Work item: Please repeat the data in full, character for character.

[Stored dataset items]
########################################

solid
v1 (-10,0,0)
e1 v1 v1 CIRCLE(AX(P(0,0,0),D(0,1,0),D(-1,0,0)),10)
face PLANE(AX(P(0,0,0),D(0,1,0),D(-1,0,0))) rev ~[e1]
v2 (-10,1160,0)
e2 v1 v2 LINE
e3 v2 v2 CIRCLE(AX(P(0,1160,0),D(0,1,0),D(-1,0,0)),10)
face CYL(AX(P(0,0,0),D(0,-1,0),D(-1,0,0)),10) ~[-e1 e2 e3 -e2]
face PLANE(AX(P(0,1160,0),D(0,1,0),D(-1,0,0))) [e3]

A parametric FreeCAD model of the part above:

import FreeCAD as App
import Part
import Sketcher

doc = App.newDocument("Part")
params = doc.addObject("Spreadsheet::Sheet", "Params")
for row, (alias, value) in enumerate([
    ("sketch1_diameter", "20 mm"),
    ("pad1_length", "1160 mm"),
], start=1):
    params.set(f"A{row}", alias)
    params.set(f"B{row}", "=" + value)
    params.setAlias(f"B{row}", alias)

body = doc.addObject("PartDesign::Body", "Body")

sketch1 = doc.addObject("Sketcher::SketchObject", "Sketch")
body.addObject(sketch1)
sketch1.AttachmentSupport = (doc.XZ_Plane, [""])
sketch1.MapMode = "FlatFace"
sketch1.addGeometry(Part.Circle(App.Vector(0, 0, 0), App.Vector(0, 0, 1), 10), False)
sketch1.addConstraint(Sketcher.Constraint("Coincident", 0, 3, -1, 1))
sketch1.addConstraint(Sketcher.Constraint("Diameter", 0, 20.0))
sketch1.setExpression("Constraints[1]", "Params.sketch1_diameter")
pad1 = doc.addObject("PartDesign::Pad", "Pad")
body.addObject(pad1)
pad1.Profile = sketch1
pad1.setExpression("Length", "Params.pad1_length")
pad1.Reversed = True

doc.recompute()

########################################

Response below:
solid
v1 (-10,0,0)
e1 v1 v1 CIRCLE(AX(P(0,0,0),D(0,1,0),D(-1,0,0)),10)
face PLANE(AX(P(0,0,0),D(0,1,0),D(-1,0,0))) rev ~[e1]
v2 (-10,1160,0)
e2 v1 v2 LINE
e3 v2 v2 CIRCLE(AX(P(0,1160,0),D(0,1,0),D(-1,0,0)),10)
face CYL(AX(P(0,0,0),D(0,-1,0),D(-1,0,0)),10) ~[-e1 e2 e3 -e2]
face PLANE(AX(P(0,1160,0),D(0,1,0),D(-1,0,0))) [e3]

A parametric FreeCAD model of the part above:

import FreeCAD as App
import Part
import Sketcher

doc = App.newDocument("Part")
params = doc.addObject("Spreadsheet::Sheet", "Params")
for row, (alias, value) in enumerate([
    ("sketch1_diameter", "20 mm"),
    ("pad1_length", "1160 mm"),
], start=1):
    params.set(f"A{row}", alias)
    params.set(f"B{row}", "=" + value)
    params.setAlias(f"B{row}", alias)

body = doc.addObject("PartDesign::Body", "Body")

sketch1 = doc.addObject("Sketcher::SketchObject", "Sketch")
body.addObject(sketch1)
sketch1.AttachmentSupport = (doc.XZ_Plane, [""])
sketch1.MapMode = "FlatFace"
sketch1.addGeometry(Part.Circle(App.Vector(0, 0, 0), App.Vector(0, 0, 1), 10), False)
sketch1.addConstraint(Sketcher.Constraint("Coincident", 0, 3, -1, 1))
sketch1.addConstraint(Sketcher.Constraint("Diameter", 0, 20.0))
sketch1.setExpression("Constraints[1]", "Params.sketch1_diameter")
pad1 = doc.addObject("PartDesign::Pad", "Pad")
body.addObject(pad1)
pad1.Profile = sketch1
pad1.setExpression("Length", "Params.pad1_length")
pad1.Reversed = True

doc.recompute()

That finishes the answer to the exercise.